Liberal hedge fund manager, Whitney Tilson, was savaged by Senator Elizabeth Warren last December on social media – despite being a major financial supporter. As a result of the waves of negative press and emotional distress he incurred because of Warren, his confidence collapsed and he was forced to shut down his business.
Investors who had their money invested with Kase Capital Management were alerted by Tison in an Investor Email on Thursday that he was returning the money and shutting down the fund. He wrote, “Reporting sustained underperformance to you was making me miserable. I couldn’t in good conscience continue to manage your money unless I had a high degree of confidence that I could turn things around.”
Despite the stock market going gangbusters, the fund was down 8% this year, and its assets had also shrunk from its peak of a $180 million in year 2010 to a mere $50 million.

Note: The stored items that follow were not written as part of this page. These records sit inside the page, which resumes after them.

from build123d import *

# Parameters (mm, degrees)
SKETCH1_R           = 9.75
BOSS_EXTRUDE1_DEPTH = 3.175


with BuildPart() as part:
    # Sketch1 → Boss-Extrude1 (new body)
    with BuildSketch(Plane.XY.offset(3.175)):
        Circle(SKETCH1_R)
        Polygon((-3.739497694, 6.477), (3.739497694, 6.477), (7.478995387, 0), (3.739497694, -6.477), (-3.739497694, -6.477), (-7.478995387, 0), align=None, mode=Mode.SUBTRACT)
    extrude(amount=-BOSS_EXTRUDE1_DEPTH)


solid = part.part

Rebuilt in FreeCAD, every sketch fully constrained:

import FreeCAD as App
import Part
import Sketcher

V = App.Vector
Q = App.Units.Quantity

doc = App.newDocument("Part")
body = doc.addObject("PartDesign::Body", "Body")

sketch1 = body.newObject("Sketcher::SketchObject", "Sketch")
sketch1.AttachmentSupport = (doc.getObject("XY_Plane"), [""])
sketch1.MapMode = "FlatFace"
sketch1.AttachmentOffset = App.Placement(V(0, 0, 3.175), App.Rotation())
sketch1.addGeometry([
    Part.Circle(V(0, 0, 0), V(0, 0, 1), 9.75),
    Part.LineSegment(V(-7.478995, 0, 0), V(-3.739498, 6.477, 0)),
    Part.LineSegment(V(-3.739498, 6.477, 0), V(3.739498, 6.477, 0)),
    Part.LineSegment(V(3.739498, 6.477, 0), V(7.478995, 0, 0)),
    Part.LineSegment(V(7.478995, 0, 0), V(3.739498, -6.477, 0)),
    Part.LineSegment(V(3.739498, -6.477, 0), V(-3.739498, -6.477, 0)),
    Part.LineSegment(V(-3.739498, -6.477, 0), V(-7.478995, 0, 0)),
], False)
sketch1.addConstraint([
    Sketcher.Constraint("Coincident", 1, 2, 2, 1),
    Sketcher.Constraint("Coincident", 2, 2, 3, 1),
    Sketcher.Constraint("Coincident", 3, 2, 4, 1),
    Sketcher.Constraint("Coincident", 4, 2, 5, 1),
    Sketcher.Constraint("Coincident", 5, 2, 6, 1),
    Sketcher.Constraint("Coincident", 6, 2, 1, 1),
    Sketcher.Constraint("Horizontal", 2),
    Sketcher.Constraint("Horizontal", 5),
    Sketcher.Constraint("Coincident", 0, 3, -1, 1),
    Sketcher.Constraint("Symmetric", 1, 2, 4, 2, -1, 1),
    Sketcher.Constraint("Symmetric", 3, 2, 6, 2, -1, 1),
    Sketcher.Constraint("PointOnObject", 3, 2, -1),
    Sketcher.Constraint("Parallel", 3, 6),
    Sketcher.Constraint("Vertical", 2, 2, 4, 2),
    Sketcher.Constraint("Diameter", 0, Q("19.5 mm")),
    Sketcher.Constraint("Angle", 1, Q("60 deg")),
    Sketcher.Constraint("DistanceY", -1, 1, 1, 2, Q("6.477 mm")),
    Sketcher.Constraint("DistanceX", 2, 1, 2, 2, Q("7.478995 mm")),
])
pad1 = body.newObject("PartDesign::Pad", "Pad")
pad1.Profile = sketch1
pad1.Length = 3.175
pad1.Reversed = True

doc.recompute()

Although Tilson did a noble thing in handing back his investor’s money –
Tilson made the news at the end of the last year when he was targeted by Warren in a Facebook rant in which she labeled him to be a “hedge fund billionaire” who was “thrilled by Donald Trump’s economic team of Wall Street insiders.”
Warren had written, “If Trump gets his way, the next four years are going to be a bonanza for the Whitney Tilsons of the world—at the expense and pain of everyone else.”
Tilson was an odd target for Warren, as he had years earlier given approximately $2,500 to her Senate campaign and also contributed $2,700 to the Hillary Clinton campaign and a further donation of $22,300 to the DNC during the 2016 effort to defeat President Donald Trump. He had even given $1,000 to attend a speech Warren that she delivered at a Clinton fundraiser.
Tilson told the New York Times shortly after he was targeted by Warren that he agreed with the Warren’s positions on the need for financial regulation a “100%” and also that he was nowhere near being a billionaire.
“I’ve donated money to her, attended her events, and did everything in my power to stop Donald Trump. In addition, I agree with her 100% that large swaths of the financial industry have run amok and prey on vulnerable Americans, and thus strong regulation, including a muscular Consumer Financial Protection Bureau, is sorely needed.”
Tilson also wrote to Warren following the post and as an answer he received word from a Warren aide that she had decided to keep the post up, but would edit the word “billionaire” from the post.
“She asked me to relay to you that she is removing the word ‘billionaire’ from the post, as you have indicated that is factually inaccurate,” the aide emailed Tilson. “The senator has decided, however, not to remove the overall post.”
Warren apologized for the post a few days later, saying she “took it too far” and that she wished her “tone had been less heated.” She eventually deleted the social media rant.
Tilson has continued to donate to Democrats in 2017 despite his treatment at the hands of Elizabeth Warren.